Amazon — Selling what it makes.

From the WSJ as it looks into Amazon’s recent announcements about ‘new’ products… Inc. in the coming weeks is set to roll out new lines of private-label brands that will include its first broad push into perishable foods, according to people familiar with the matter. The new brands with names like Happy Belly, Wickedly Prime and Mama Bear will include nuts, spices, tea, coffee, baby food and vitamins, as well as household items such as diapers and laundry detergents, these people said. The first of the brands could begin appearing on Amazon’s namesake site as soon as the end of the month or early June, said one of the people…
Consumers have warmed to private-label brands since the days of generically named products sold in plain white packaging. Today, retailers from Wal-Mart Stores Inc. to Sephora to Dean & DeLuca sell a range of in-house brands that some may even view as higher quality. Store brands reached $118.4 billion in U.S. sales last year, up about $2.2 billion from the prior year, according to the Private Label Manufacturers Association.

As this story continues to developed I am constantly curious about all the other products that Amazon has made over the past few years… I don’t remember the last HDMI cable that actually had a brand name on it … Amazon Basics seems to have been around for a long time… so why is this such a big deal?

Well here is the thing, at least in my mind…

The store shelf is no longer.

Yea, may not seem like a big deal, but it is when you think about all the other things that come along with these agreements… the potential is massive.

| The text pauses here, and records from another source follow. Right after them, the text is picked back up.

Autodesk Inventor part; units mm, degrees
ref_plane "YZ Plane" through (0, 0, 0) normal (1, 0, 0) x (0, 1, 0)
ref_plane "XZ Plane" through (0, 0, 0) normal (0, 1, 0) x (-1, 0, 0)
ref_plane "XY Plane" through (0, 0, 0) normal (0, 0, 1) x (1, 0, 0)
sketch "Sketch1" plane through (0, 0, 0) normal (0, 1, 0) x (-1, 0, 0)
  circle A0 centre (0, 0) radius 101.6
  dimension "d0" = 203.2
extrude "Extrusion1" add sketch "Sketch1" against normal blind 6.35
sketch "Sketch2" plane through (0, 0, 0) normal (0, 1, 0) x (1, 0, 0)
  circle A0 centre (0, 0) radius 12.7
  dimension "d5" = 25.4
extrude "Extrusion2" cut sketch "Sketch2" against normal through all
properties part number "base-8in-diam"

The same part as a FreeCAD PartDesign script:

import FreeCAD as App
import Part
import Sketcher
from FreeCAD import Vector
Q = App.Units.Quantity

doc = App.newDocument("Part")
body = doc.addObject("PartDesign::Body", "Body")

# Sketch on XZ plane
sketch1 = doc.addObject("Sketcher::SketchObject", "Sketch")
body.addObject(sketch1)
sketch1.AttachmentSupport = (doc.XZ_Plane, [""])
sketch1.MapMode = "FlatFace"
sketch1.addGeometry(Part.Circle(Vector(0, 0, 0), Vector(0, 0, 1), 102), False)
sketch1.addConstraint([
    Sketcher.Constraint("Coincident", 0, 3, -1, 1),
    Sketcher.Constraint("Diameter", 0, Q("8 in")),
])
pad1 = doc.addObject("PartDesign::Pad", "Pad")
body.addObject(pad1)
pad1.Profile = sketch1
pad1.Length = Q("0.25 in")

# Sketch on XZ plane
sketch2 = doc.addObject("Sketcher::SketchObject", "Sketch001")
body.addObject(sketch2)
sketch2.AttachmentSupport = (doc.XZ_Plane, [""])
sketch2.MapMode = "FlatFace"
sketch2.addGeometry(Part.Circle(Vector(0, 0, 0), Vector(0, 0, 1), 13), False)
sketch2.addConstraint([
    Sketcher.Constraint("Coincident", 0, 3, -1, 1),
    Sketcher.Constraint("Diameter", 0, Q("1 in")),
])
pocket1 = doc.addObject("PartDesign::Pocket", "Pocket")
body.addObject(pocket1)
pocket1.Profile = sketch2
pocket1.Type = "ThroughAll"
pocket1.Reversed = True

doc.recompute()
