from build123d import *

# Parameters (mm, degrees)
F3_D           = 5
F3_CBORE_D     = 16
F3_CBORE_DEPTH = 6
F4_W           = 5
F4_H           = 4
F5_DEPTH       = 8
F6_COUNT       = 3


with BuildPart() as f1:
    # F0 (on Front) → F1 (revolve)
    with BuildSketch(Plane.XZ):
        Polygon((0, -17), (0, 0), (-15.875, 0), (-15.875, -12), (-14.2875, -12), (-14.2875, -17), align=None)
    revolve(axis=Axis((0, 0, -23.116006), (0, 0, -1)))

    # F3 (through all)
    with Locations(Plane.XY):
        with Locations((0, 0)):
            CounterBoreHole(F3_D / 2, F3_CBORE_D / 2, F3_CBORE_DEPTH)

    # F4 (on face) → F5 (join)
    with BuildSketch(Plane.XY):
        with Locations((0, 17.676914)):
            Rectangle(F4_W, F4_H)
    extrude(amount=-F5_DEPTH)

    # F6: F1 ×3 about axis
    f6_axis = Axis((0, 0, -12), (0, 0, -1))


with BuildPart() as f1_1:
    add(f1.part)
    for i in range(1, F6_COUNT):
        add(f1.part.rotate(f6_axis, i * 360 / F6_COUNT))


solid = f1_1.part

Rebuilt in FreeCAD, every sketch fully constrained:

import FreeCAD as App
import Part
import Sketcher
from FreeCAD import Vector


def add_polygon(sketch, points):
    """Adds a closed chain of lines whose ends are joined by coincident constraints."""
    first, n = sketch.GeometryCount, len(points)
    for a, b in zip(points, points[1:] + points[:1]):
        sketch.addGeometry(Part.LineSegment(App.Vector(*a, 0), App.Vector(*b, 0)), False)
    for i in range(n):
        sketch.addConstraint(Sketcher.Constraint("Coincident", first + i, 2, first + (i + 1) % n, 1))

doc = App.newDocument("Part")
params = doc.addObject("Spreadsheet::Sheet", "Params")
for row, (alias, value) in enumerate([
    ("sketch1_height", "17 mm"),
    ("sketch1_height2", "12 mm"),
    ("revolution_angle", "360 deg"),
    ("sketch2_diameter", "5 mm"),
    ("hole_diameter", "5 mm"),
    ("hole_cbore_diameter", "16 mm"),
    ("hole_cbore_depth", "6 mm"),
    ("sketch3_width", "5 mm"),
    ("sketch3_height", "4 mm"),
    ("pad1_length", "8 mm"),
], start=1):
    params.set(f"A{row}", alias)
    params.set(f"B{row}", "=" + value)
    params.setAlias(f"B{row}", alias)

body = doc.addObject("PartDesign::Body", "Body")

# Sketch on XZ plane
sketch1 = body.newObject("Sketcher::SketchObject", "Sketch")
sketch1.AttachmentSupport = (doc.getObject("XZ_Plane"), [""])
sketch1.MapMode = "FlatFace"
add_polygon(sketch1, [(0, -17), (0, 0), (-15.9, 0), (-15.9, -12), (-14.3, -12), (-14.3, -17)])  # lines 0-5
sketch1.addConstraint(Sketcher.Constraint("Vertical", 0))
sketch1.addConstraint(Sketcher.Constraint("Horizontal", 1))
sketch1.addConstraint(Sketcher.Constraint("Vertical", 2))
sketch1.addConstraint(Sketcher.Constraint("Horizontal", 3))
sketch1.addConstraint(Sketcher.Constraint("Vertical", 4))
sketch1.addConstraint(Sketcher.Constraint("Horizontal", 5))
sketch1.addConstraint(Sketcher.Constraint("Coincident", 0, 2, -1, 1))
sketch1.addConstraint(Sketcher.Constraint("DistanceY", 0, 1, 0, 2, 17.0))
sketch1.addConstraint(Sketcher.Constraint("DistanceY", 2, 2, 2, 1, 12.0))
sketch1.addConstraint(Sketcher.Constraint("DistanceX", 1, 2, 1, 1, 15.875))
sketch1.addConstraint(Sketcher.Constraint("DistanceX", 3, 1, 3, 2, 1.5875))
sketch1.setExpression("Constraints[13]", "Params.sketch1_height")
sketch1.setExpression("Constraints[14]", "Params.sketch1_height2")
revolution = body.newObject("PartDesign::Revolution", "Revolution")
revolution.Profile = sketch1
revolution.ReferenceAxis = (sketch1, ["V_Axis"])
revolution.setExpression("Angle", "Params.revolution_angle")

# Sketch on XY plane
sketch2 = body.newObject("Sketcher::SketchObject", "Sketch001")
sketch2.AttachmentSupport = (doc.getObject("XY_Plane"), [""])
sketch2.MapMode = "FlatFace"
sketch2.addGeometry(Part.Circle(Vector(0, 0, 0), Vector(0, 0, 1), 2.5), False)
sketch2.addConstraint(Sketcher.Constraint("Coincident", 0, 3, -1, 1))
sketch2.addConstraint(Sketcher.Constraint("Diameter", 0, 5.0))
sketch2.setExpression("Constraints[1]", "Params.sketch2_diameter")
doc.recompute()
hole = body.newObject("PartDesign::Hole", "Hole")
hole.Profile = sketch2
hole.ThreadType = "None"
hole.setExpression("Diameter", "Params.hole_diameter")
hole.DepthType = "ThroughAll"
hole.HoleCutType = "Counterbore"
hole.setExpression("HoleCutDiameter", "Params.hole_cbore_diameter")
hole.setExpression("HoleCutDepth", "Params.hole_cbore_depth")

# Sketch on XY plane
sketch3 = body.newObject("Sketcher::SketchObject", "Sketch002")
sketch3.AttachmentSupport = (doc.getObject("XY_Plane"), [""])
sketch3.MapMode = "FlatFace"
add_polygon(sketch3, [(-2.5, 19.7), (-2.5, 15.7), (2.5, 15.7), (2.5, 19.7)])  # lines 0-3
sketch3.addConstraint(Sketcher.Constraint("Vertical", 0))
sketch3.addConstraint(Sketcher.Constraint("Horizontal", 1))
sketch3.addConstraint(Sketcher.Constraint("Vertical", 2))
sketch3.addConstraint(Sketcher.Constraint("Horizontal", 3))
sketch3.addConstraint(Sketcher.Constraint("DistanceX", 1, 1, 1, 2, 5.0))
sketch3.addConstraint(Sketcher.Constraint("DistanceY", 0, 2, 0, 1, 4.0))
sketch3.addConstraint(Sketcher.Constraint("DistanceX", 0, 2, -1, 1, 2.5))
sketch3.addConstraint(Sketcher.Constraint("DistanceY", -1, 1, 0, 2, 15.676914))
sketch3.setExpression("Constraints[8]", "Params.sketch3_width")
sketch3.setExpression("Constraints[9]", "Params.sketch3_height")
pad1 = body.newObject("PartDesign::Pad", "Pad")
pad1.Profile = sketch3
pad1.setExpression("Length", "Params.pad1_length")
pad1.Reversed = True
body2 = doc.addObject("PartDesign::Body", "Body001")
doc.recompute()

body2.BaseFeature = body
doc.recompute()

body3 = doc.addObject("PartDesign::Body", "Body002")
body3.BaseFeature = body
body3.Placement = App.Placement(Vector(0, 0, 0), App.Rotation(Vector(0, 0, -1), 120))
boolean = body2.newObject("PartDesign::Boolean", "Boolean")
boolean.Type = "Fuse"
boolean.addObjects([body3])
doc.recompute()

body.Placement = App.Placement(Vector(0, 0, 0), App.Rotation(Vector(0, 0, -1), 240))
boolean2 = body2.newObject("PartDesign::Boolean", "Boolean001")
boolean2.Type = "Fuse"
boolean2.addObjects([body])

doc.recompute()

Since the beginning, CPG brands have been playing the retail game… leveraging their size to get the best shelf / floor space and making end-caps BEAUTIFUL. “You want Tide? Well we need this entire space… and yea, you can’t sell anything else” But as Amazon enters this market, it avoids this problem all together.

The other thing it avoids — Advertising. The platform is the most widely shopped online retail locations… so why bother?

As mentioned, Amazon has a few key things going for it— Shelf space, full control of the shopping experience and sheer size (only outpaced by Walmart).

As these products roll out, we will quickly see other brands try to find ways to complete… As the isle in-store becomes less and less relevant.

Much more on this, obviously. Just the beginning.